[Problem statement] Only the lines below from the one containing "f 194 193 192" to the one containing "f 172 42 43" should be repeated, both included and unchanged.

[Data under study]
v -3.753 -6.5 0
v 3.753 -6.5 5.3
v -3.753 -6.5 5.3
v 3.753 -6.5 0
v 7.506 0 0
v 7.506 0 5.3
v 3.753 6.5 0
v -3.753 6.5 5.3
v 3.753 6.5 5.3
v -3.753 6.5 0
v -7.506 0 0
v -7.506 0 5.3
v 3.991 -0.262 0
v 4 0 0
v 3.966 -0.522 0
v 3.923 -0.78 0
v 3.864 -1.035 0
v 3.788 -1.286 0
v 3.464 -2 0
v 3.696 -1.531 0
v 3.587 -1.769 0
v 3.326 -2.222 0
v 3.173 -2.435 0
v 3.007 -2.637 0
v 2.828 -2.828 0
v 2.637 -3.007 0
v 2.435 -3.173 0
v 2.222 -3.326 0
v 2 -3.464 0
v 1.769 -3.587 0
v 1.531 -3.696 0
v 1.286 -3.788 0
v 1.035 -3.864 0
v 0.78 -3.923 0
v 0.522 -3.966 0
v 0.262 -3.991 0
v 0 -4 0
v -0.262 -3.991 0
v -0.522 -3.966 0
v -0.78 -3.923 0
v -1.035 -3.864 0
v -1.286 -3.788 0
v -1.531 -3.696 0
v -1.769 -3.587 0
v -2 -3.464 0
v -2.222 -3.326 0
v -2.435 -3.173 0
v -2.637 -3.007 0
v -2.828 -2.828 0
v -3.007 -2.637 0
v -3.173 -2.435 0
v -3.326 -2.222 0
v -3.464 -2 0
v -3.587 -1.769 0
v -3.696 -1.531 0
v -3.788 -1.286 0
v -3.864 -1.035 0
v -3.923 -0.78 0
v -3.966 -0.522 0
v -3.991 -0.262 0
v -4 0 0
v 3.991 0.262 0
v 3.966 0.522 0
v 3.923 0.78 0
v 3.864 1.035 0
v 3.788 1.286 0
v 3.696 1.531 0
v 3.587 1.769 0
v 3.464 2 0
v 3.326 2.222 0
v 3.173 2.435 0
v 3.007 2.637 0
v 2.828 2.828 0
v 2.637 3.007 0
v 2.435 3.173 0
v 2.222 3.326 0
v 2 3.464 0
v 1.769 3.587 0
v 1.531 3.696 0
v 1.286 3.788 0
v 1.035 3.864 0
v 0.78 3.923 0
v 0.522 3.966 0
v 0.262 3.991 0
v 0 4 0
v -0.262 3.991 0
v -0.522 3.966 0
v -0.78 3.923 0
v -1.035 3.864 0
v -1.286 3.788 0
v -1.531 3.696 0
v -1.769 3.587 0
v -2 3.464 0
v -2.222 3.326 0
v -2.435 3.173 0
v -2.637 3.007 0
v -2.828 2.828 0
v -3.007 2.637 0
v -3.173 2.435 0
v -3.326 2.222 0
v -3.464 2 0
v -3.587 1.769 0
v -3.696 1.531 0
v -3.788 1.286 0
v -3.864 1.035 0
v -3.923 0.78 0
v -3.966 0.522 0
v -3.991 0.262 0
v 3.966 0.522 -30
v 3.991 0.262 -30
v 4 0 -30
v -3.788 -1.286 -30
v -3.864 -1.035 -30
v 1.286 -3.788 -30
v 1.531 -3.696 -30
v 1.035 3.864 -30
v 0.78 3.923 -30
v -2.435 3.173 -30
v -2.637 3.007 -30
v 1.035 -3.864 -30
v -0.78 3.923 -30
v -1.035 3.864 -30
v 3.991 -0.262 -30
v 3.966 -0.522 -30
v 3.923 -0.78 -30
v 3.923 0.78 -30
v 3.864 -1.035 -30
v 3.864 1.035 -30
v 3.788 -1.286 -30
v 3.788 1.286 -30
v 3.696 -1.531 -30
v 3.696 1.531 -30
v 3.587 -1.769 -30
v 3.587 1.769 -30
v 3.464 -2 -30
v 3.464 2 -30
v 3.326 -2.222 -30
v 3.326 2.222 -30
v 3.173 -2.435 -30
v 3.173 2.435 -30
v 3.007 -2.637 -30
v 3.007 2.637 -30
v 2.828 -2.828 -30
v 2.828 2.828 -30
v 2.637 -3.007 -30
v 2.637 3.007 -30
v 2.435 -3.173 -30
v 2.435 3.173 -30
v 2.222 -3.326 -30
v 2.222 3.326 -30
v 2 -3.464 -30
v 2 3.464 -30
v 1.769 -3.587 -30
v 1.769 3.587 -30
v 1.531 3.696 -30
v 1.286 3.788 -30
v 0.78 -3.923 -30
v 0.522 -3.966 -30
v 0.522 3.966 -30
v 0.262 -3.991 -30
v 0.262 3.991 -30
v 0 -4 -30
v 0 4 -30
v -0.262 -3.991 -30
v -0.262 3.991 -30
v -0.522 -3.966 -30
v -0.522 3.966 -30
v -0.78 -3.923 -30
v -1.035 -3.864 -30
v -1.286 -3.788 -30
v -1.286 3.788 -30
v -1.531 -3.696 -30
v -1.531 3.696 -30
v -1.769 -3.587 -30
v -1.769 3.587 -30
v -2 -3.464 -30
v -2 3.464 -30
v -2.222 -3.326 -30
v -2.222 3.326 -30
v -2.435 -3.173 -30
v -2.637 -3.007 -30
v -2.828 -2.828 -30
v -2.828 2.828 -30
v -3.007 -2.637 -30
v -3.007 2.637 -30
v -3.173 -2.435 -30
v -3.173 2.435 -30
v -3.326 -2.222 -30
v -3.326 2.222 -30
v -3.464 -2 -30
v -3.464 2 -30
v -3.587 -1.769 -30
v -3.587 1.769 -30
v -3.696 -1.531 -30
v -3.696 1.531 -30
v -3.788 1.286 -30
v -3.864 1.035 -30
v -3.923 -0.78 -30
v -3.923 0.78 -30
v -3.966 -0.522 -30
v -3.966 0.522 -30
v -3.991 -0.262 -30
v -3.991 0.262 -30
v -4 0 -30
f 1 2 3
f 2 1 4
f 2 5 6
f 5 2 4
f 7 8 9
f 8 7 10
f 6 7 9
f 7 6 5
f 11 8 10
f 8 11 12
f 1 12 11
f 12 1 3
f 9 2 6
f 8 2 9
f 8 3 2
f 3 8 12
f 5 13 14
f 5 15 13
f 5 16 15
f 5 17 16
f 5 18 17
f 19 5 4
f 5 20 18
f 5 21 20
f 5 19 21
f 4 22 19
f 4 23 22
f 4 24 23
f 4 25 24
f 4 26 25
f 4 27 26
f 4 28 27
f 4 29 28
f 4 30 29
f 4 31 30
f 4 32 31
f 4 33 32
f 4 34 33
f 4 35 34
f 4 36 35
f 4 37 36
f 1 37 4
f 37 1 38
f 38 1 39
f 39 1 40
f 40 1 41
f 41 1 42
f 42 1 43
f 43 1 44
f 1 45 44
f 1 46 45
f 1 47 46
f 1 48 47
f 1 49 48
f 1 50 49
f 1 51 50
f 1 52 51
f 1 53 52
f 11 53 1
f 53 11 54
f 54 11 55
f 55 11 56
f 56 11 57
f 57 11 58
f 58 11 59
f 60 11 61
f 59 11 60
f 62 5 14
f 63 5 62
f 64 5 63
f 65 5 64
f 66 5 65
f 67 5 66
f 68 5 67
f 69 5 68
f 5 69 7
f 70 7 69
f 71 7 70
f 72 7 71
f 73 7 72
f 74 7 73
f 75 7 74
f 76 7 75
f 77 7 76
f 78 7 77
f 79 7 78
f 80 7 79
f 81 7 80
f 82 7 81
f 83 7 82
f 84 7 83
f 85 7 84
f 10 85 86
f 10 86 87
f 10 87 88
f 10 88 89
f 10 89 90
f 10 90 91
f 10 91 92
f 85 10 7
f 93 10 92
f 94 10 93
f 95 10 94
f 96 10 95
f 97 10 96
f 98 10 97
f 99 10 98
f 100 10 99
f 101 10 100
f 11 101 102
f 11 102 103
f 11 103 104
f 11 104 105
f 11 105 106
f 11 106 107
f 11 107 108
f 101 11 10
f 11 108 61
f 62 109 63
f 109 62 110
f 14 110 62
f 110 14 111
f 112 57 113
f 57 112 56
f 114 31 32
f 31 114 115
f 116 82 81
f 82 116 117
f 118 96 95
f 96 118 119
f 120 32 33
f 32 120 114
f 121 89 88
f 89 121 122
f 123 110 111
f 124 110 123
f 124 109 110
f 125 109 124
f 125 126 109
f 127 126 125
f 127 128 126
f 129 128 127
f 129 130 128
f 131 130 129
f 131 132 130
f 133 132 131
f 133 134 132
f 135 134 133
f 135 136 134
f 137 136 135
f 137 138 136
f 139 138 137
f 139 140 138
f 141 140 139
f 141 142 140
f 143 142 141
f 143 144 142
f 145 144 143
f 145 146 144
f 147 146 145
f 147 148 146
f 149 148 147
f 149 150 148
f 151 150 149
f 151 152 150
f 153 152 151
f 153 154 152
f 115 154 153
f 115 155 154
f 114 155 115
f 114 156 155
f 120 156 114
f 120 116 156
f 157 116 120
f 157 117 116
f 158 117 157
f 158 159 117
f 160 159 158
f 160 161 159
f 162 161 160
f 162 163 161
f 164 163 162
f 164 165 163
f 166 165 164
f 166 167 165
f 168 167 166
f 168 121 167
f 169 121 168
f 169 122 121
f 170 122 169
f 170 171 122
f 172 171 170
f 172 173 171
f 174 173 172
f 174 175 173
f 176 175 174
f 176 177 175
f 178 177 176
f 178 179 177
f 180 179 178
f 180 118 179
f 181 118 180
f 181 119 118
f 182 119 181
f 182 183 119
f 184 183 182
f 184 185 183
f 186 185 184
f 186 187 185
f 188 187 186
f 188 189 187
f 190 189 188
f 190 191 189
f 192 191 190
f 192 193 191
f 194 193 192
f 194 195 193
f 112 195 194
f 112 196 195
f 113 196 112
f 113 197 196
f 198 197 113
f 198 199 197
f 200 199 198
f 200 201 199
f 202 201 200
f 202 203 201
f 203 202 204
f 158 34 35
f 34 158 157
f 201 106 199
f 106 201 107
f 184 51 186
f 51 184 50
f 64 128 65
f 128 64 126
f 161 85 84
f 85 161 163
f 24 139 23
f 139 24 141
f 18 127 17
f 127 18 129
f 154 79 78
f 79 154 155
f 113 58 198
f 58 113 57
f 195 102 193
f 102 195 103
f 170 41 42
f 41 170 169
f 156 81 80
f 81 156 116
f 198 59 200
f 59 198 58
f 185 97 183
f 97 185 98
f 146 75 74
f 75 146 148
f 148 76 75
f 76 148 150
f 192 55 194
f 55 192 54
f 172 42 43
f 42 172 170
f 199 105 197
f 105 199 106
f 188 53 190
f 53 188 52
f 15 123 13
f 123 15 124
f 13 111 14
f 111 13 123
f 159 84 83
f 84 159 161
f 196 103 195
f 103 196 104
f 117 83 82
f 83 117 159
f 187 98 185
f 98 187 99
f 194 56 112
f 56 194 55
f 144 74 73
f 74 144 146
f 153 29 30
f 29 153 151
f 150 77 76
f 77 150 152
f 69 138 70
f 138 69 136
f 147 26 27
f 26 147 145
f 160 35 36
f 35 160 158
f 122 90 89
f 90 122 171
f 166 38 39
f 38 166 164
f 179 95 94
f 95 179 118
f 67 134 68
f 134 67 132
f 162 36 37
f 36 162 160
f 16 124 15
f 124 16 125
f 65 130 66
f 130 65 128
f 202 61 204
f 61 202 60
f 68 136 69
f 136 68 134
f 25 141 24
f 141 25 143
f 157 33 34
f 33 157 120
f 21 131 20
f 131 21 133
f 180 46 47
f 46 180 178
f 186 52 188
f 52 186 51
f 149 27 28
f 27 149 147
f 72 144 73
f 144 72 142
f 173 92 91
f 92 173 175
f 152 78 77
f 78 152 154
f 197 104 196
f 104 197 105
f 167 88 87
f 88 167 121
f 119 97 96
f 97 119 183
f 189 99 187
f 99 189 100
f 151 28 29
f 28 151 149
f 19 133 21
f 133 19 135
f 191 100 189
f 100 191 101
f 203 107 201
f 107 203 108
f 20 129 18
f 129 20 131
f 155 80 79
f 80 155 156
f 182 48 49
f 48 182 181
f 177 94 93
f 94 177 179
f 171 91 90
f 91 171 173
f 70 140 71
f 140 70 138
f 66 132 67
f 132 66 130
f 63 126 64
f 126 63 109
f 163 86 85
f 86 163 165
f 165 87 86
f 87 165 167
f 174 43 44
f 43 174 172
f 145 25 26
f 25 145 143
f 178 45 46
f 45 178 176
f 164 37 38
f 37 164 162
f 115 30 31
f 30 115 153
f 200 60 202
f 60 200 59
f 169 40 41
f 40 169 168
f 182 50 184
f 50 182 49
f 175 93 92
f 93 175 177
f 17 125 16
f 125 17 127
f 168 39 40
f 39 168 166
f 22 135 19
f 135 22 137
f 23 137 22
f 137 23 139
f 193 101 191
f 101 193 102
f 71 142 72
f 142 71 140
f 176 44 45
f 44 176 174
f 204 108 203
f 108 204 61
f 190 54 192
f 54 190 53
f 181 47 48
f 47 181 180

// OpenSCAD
head_across_flats = 13;
head_height      = 5.3;
shank_diameter   = 8;
shank_length     = 30;

$fn = 96;

union() {
    cylinder(
        h = head_height,
        r = head_across_flats / (2 * cos(30)),
        center = false,
        $fn = 6
    );

    translate([0, 0, -shank_length])
        cylinder(
            h = shank_length,
            d = shank_diameter,
            center = false
        );
}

[Answer space]
f 194 193 192
f 194 195 193
f 112 195 194
f 112 196 195
f 113 196 112
f 113 197 196
f 198 197 113
f 198 199 197
f 200 199 198
f 200 201 199
f 202 201 200
f 202 203 201
f 203 202 204
f 158 34 35
f 34 158 157
f 201 106 199
f 106 201 107
f 184 51 186
f 51 184 50
f 64 128 65
f 128 64 126
f 161 85 84
f 85 161 163
f 24 139 23
f 139 24 141
f 18 127 17
f 127 18 129
f 154 79 78
f 79 154 155
f 113 58 198
f 58 113 57
f 195 102 193
f 102 195 103
f 170 41 42
f 41 170 169
f 156 81 80
f 81 156 116
f 198 59 200
f 59 198 58
f 185 97 183
f 97 185 98
f 146 75 74
f 75 146 148
f 148 76 75
f 76 148 150
f 192 55 194
f 55 192 54
f 172 42 43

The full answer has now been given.